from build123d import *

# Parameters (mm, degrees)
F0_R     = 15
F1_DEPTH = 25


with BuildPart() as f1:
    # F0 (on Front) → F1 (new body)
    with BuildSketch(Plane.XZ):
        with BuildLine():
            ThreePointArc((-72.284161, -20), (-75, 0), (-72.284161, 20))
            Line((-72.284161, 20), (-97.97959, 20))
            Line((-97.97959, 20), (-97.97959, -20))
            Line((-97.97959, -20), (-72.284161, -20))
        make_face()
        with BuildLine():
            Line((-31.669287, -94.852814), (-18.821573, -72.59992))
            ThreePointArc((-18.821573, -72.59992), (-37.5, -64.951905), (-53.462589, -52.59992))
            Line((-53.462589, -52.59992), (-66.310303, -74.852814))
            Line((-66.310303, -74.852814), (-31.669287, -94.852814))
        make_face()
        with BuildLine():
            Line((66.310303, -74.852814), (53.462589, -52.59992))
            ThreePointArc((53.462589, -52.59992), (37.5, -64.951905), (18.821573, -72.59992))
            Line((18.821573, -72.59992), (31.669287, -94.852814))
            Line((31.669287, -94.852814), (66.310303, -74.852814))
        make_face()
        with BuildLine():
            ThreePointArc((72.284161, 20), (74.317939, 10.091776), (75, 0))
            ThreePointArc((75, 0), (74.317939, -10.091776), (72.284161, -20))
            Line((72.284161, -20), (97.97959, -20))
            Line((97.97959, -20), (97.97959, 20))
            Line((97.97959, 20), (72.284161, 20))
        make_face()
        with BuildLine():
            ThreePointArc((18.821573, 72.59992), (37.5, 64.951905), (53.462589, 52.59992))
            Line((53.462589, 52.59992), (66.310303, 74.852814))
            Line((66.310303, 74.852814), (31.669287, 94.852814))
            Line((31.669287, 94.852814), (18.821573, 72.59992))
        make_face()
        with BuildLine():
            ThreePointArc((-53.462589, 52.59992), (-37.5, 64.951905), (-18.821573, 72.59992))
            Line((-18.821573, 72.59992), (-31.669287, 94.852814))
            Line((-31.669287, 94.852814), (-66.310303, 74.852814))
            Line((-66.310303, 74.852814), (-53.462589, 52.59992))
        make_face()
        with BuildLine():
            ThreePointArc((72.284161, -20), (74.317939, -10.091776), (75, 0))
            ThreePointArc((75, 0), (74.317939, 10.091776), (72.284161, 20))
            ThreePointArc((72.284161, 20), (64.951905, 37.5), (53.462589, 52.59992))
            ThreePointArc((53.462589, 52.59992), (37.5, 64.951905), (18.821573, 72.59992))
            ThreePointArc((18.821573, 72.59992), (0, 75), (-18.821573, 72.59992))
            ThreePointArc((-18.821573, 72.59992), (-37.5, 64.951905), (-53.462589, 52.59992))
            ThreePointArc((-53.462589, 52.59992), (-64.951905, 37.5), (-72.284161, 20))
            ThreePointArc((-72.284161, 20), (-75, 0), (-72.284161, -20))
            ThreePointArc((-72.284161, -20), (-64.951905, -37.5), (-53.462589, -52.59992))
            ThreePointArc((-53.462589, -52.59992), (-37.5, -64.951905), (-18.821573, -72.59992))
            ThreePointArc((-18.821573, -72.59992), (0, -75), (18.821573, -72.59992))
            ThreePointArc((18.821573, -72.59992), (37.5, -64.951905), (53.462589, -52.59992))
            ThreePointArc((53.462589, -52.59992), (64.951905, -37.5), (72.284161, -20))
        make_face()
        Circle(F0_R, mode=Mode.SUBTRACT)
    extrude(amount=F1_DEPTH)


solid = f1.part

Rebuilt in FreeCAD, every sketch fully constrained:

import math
import FreeCAD as App
import Part
import Sketcher

V = App.Vector
Q = App.Units.Quantity

doc = App.newDocument("Part")
params = doc.addObject("Spreadsheet::Sheet", "Params")
for row, (alias, value) in enumerate([
    ("sketch1_diameter", "30 mm"),
    ("sketch1_radius", "75.000001 mm"),
    ("sketch1_radius2", "74.999999 mm"),
    ("sketch1_height", "40 mm"),
    ("sketch1_length", "40 mm"),
    ("pad1_length", "25 mm"),
], start=1):
    params.set(f"A{row}", alias)
    params.set(f"B{row}", "=" + value)
    params.setAlias(f"B{row}", alias)

body = doc.addObject("PartDesign::Body", "Body")

# Sketch on XZ plane
sketch1 = body.newObject("Sketcher::SketchObject", "Sketch")
sketch1.AttachmentSupport = (doc.getObject("XZ_Plane"), [""])
sketch1.MapMode = "FlatFace"
sketch1.addGeometry([
    Part.LineSegment(V(-72, 20, 0), V(-98, 20, 0)),  # 0
    Part.LineSegment(V(-98, 20, 0), V(-98, -20, 0)),  # 1
    Part.LineSegment(V(-98, -20, 0), V(-72, -20, 0)),  # 2
    Part.ArcOfCircle(Part.Circle(V(0, 0, 0), V(0, 0, 1), 75), math.radians(-165), math.radians(-135)),  # 3
    Part.LineSegment(V(-53, -53, 0), V(-66, -75, 0)),  # 4
    Part.LineSegment(V(-66, -75, 0), V(-32, -95, 0)),  # 5
    Part.LineSegment(V(-32, -95, 0), V(-19, -73, 0)),  # 6
    Part.ArcOfCircle(Part.Circle(V(0, 0, 0), V(0, 0, 1), 75), math.radians(-105), math.radians(-75)),  # 7
    Part.LineSegment(V(19, -73, 0), V(32, -95, 0)),  # 8
    Part.LineSegment(V(32, -95, 0), V(66, -75, 0)),  # 9
    Part.LineSegment(V(66, -75, 0), V(53, -53, 0)),  # 10
    Part.ArcOfCircle(Part.Circle(V(0, 0, 0), V(0, 0, 1), 75), math.radians(-45), math.radians(-15)),  # 11
    Part.LineSegment(V(72, -20, 0), V(98, -20, 0)),  # 12
    Part.LineSegment(V(98, -20, 0), V(98, 20, 0)),  # 13
    Part.LineSegment(V(98, 20, 0), V(72, 20, 0)),  # 14
    Part.ArcOfCircle(Part.Circle(V(0, 0, 0), V(0, 0, 1), 75), math.radians(15), math.radians(45)),  # 15
    Part.LineSegment(V(53, 53, 0), V(66, 75, 0)),  # 16
    Part.LineSegment(V(66, 75, 0), V(32, 95, 0)),  # 17
    Part.LineSegment(V(32, 95, 0), V(19, 73, 0)),  # 18
    Part.ArcOfCircle(Part.Circle(V(0, 0, 0), V(0, 0, 1), 75), math.radians(75), math.radians(105)),  # 19
    Part.LineSegment(V(-19, 73, 0), V(-32, 95, 0)),  # 20
    Part.LineSegment(V(-32, 95, 0), V(-66, 75, 0)),  # 21
    Part.LineSegment(V(-66, 75, 0), V(-53, 53, 0)),  # 22
    Part.ArcOfCircle(Part.Circle(V(0, 0, 0), V(0, 0, 1), 75), math.radians(135), math.radians(165)),  # 23
    Part.Circle(V(0, 0, 0), V(0, 0, 1), 15),  # 24
], False)
sketch1.addConstraint([
    Sketcher.Constraint("Coincident", 0, 2, 1, 1),
    Sketcher.Constraint("Coincident", 1, 2, 2, 1),
    Sketcher.Constraint("Coincident", 2, 2, 3, 1),
    Sketcher.Constraint("Coincident", 3, 2, 4, 1),
    Sketcher.Constraint("Coincident", 4, 2, 5, 1),
    Sketcher.Constraint("Coincident", 5, 2, 6, 1),
    Sketcher.Constraint("Coincident", 6, 2, 7, 1),
    Sketcher.Constraint("Coincident", 7, 2, 8, 1),
    Sketcher.Constraint("Coincident", 8, 2, 9, 1),
    Sketcher.Constraint("Coincident", 9, 2, 10, 1),
    Sketcher.Constraint("Coincident", 10, 2, 11, 1),
    Sketcher.Constraint("Coincident", 11, 2, 12, 1),
    Sketcher.Constraint("Coincident", 12, 2, 13, 1),
    Sketcher.Constraint("Coincident", 13, 2, 14, 1),
    Sketcher.Constraint("Coincident", 14, 2, 15, 1),
    Sketcher.Constraint("Coincident", 15, 2, 16, 1),
    Sketcher.Constraint("Coincident", 16, 2, 17, 1),
    Sketcher.Constraint("Coincident", 17, 2, 18, 1),
    Sketcher.Constraint("Coincident", 18, 2, 19, 1),
    Sketcher.Constraint("Coincident", 19, 2, 20, 1),
    Sketcher.Constraint("Coincident", 20, 2, 21, 1),
    Sketcher.Constraint("Coincident", 21, 2, 22, 1),
    Sketcher.Constraint("Coincident", 22, 2, 23, 1),
    Sketcher.Constraint("Coincident", 23, 2, 0, 1),
    Sketcher.Constraint("Horizontal", 0),
    Sketcher.Constraint("Vertical", 1),
    Sketcher.Constraint("Horizontal", 2),
    Sketcher.Constraint("Horizontal", 12),
    Sketcher.Constraint("Vertical", 13),
    Sketcher.Constraint("Horizontal", 14),
    Sketcher.Constraint("Coincident", 3, 3, -1, 1),
    Sketcher.Constraint("Coincident", 7, 3, -1, 1),
    Sketcher.Constraint("Coincident", 11, 3, -1, 1),
    Sketcher.Constraint("Coincident", 15, 3, -1, 1),
    Sketcher.Constraint("Coincident", 19, 3, -1, 1),
    Sketcher.Constraint("Coincident", 23, 3, -1, 1),
    Sketcher.Constraint("Coincident", 24, 3, -1, 1),
    Sketcher.Constraint("Equal", 3, 11),
    Sketcher.Constraint("Equal", 11, 15),
    Sketcher.Constraint("Equal", 7, 19),
    Sketcher.Constraint("Equal", 15, 23),
    Sketcher.Constraint("Symmetric", 0, 2, 12, 2, -1, 1),
    Sketcher.Constraint("Symmetric", 4, 2, 16, 2, -1, 1),
    Sketcher.Constraint("Symmetric", 5, 2, 17, 2, -1, 1),
    Sketcher.Constraint("Symmetric", 8, 2, 20, 2, -1, 1),
    Sketcher.Constraint("Symmetric", 9, 2, 21, 2, -1, 1),
    Sketcher.Constraint("Symmetric", 5, 2, 8, 2, -2),
    Sketcher.Constraint("Symmetric", 4, 2, 9, 2, -2),
    Sketcher.Constraint("Perpendicular", 4, 5),
    Sketcher.Constraint("Perpendicular", 5, 6),
    Sketcher.Constraint("Perpendicular", 8, 9),
    Sketcher.Constraint("Perpendicular", 9, 10),
    Sketcher.Constraint("Parallel", 6, 16),
    Sketcher.Constraint("Perpendicular", 17, 18),
    Sketcher.Constraint("Parallel", 10, 20),
    Sketcher.Constraint("Perpendicular", 21, 22),
    Sketcher.Constraint("Horizontal", 2, 2, 11, 2),
    Sketcher.Constraint("Horizontal", 0, 2, 13, 2),
    Sketcher.Constraint("Equal", 4, 6),
    Sketcher.Constraint("Diameter", 24, 30.0),
    Sketcher.Constraint("Radius", 3, 75.000001),
    Sketcher.Constraint("Radius", 7, 74.999999),
    Sketcher.Constraint("DistanceY", 1, 2, 1, 1, 40.0),
    Sketcher.Constraint("Angle", 4, Q("-119.999999 deg")),
    Sketcher.Constraint("Distance", 5, 40.0),
    Sketcher.Constraint("DistanceX", 1, 2, 3, 2, 44.517001),
    Sketcher.Constraint("DistanceX", 4, 2, 11, 3, 66.310301),
])
sketch1.setExpression("Constraints[59]", "Params.sketch1_diameter")
sketch1.setExpression("Constraints[60]", "Params.sketch1_radius")
sketch1.setExpression("Constraints[61]", "Params.sketch1_radius2")
sketch1.setExpression("Constraints[62]", "Params.sketch1_height")
sketch1.setExpression("Constraints[64]", "Params.sketch1_length")
pad1 = body.newObject("PartDesign::Pad", "Pad")
pad1.Profile = sketch1
pad1.setExpression("Length", "Params.pad1_length")

doc.recompute()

__What this task involves__: Taking the records above, retype every line from the one with "Line((31.669287, -94.852814), (66.310303, -74.852814))" down to the one with "extrude(amount=F1_DEPTH)", exactly and with nothing else.

__Exercise answer__:
            Line((31.669287, -94.852814), (66.310303, -74.852814))
        make_face()
        with BuildLine():
            ThreePointArc((72.284161, 20), (74.317939, 10.091776), (75, 0))
            ThreePointArc((75, 0), (74.317939, -10.091776), (72.284161, -20))
            Line((72.284161, -20), (97.97959, -20))
            Line((97.97959, -20), (97.97959, 20))
            Line((97.97959, 20), (72.284161, 20))
        make_face()
        with BuildLine():
            ThreePointArc((18.821573, 72.59992), (37.5, 64.951905), (53.462589, 52.59992))
            Line((53.462589, 52.59992), (66.310303, 74.852814))
            Line((66.310303, 74.852814), (31.669287, 94.852814))
            Line((31.669287, 94.852814), (18.821573, 72.59992))
        make_face()
        with BuildLine():
            ThreePointArc((-53.462589, 52.59992), (-37.5, 64.951905), (-18.821573, 72.59992))
            Line((-18.821573, 72.59992), (-31.669287, 94.852814))
            Line((-31.669287, 94.852814), (-66.310303, 74.852814))
            Line((-66.310303, 74.852814), (-53.462589, 52.59992))
        make_face()
        with BuildLine():
            ThreePointArc((72.284161, -20), (74.317939, -10.091776), (75, 0))
            ThreePointArc((75, 0), (74.317939, 10.091776), (72.284161, 20))
            ThreePointArc((72.284161, 20), (64.951905, 37.5), (53.462589, 52.59992))
            ThreePointArc((53.462589, 52.59992), (37.5, 64.951905), (18.821573, 72.59992))
            ThreePointArc((18.821573, 72.59992), (0, 75), (-18.821573, 72.59992))
            ThreePointArc((-18.821573, 72.59992), (-37.5, 64.951905), (-53.462589, 52.59992))
            ThreePointArc((-53.462589, 52.59992), (-64.951905, 37.5), (-72.284161, 20))
            ThreePointArc((-72.284161, 20), (-75, 0), (-72.284161, -20))
            ThreePointArc((-72.284161, -20), (-64.951905, -37.5), (-53.462589, -52.59992))
            ThreePointArc((-53.462589, -52.59992), (-37.5, -64.951905), (-18.821573, -72.59992))
            ThreePointArc((-18.821573, -72.59992), (0, -75), (18.821573, -72.59992))
            ThreePointArc((18.821573, -72.59992), (37.5, -64.951905), (53.462589, -52.59992))
            ThreePointArc((53.462589, -52.59992), (64.951905, -37.5), (72.284161, -20))
        make_face()
        Circle(F0_R, mode=Mode.SUBTRACT)
    extrude(amount=F1_DEPTH)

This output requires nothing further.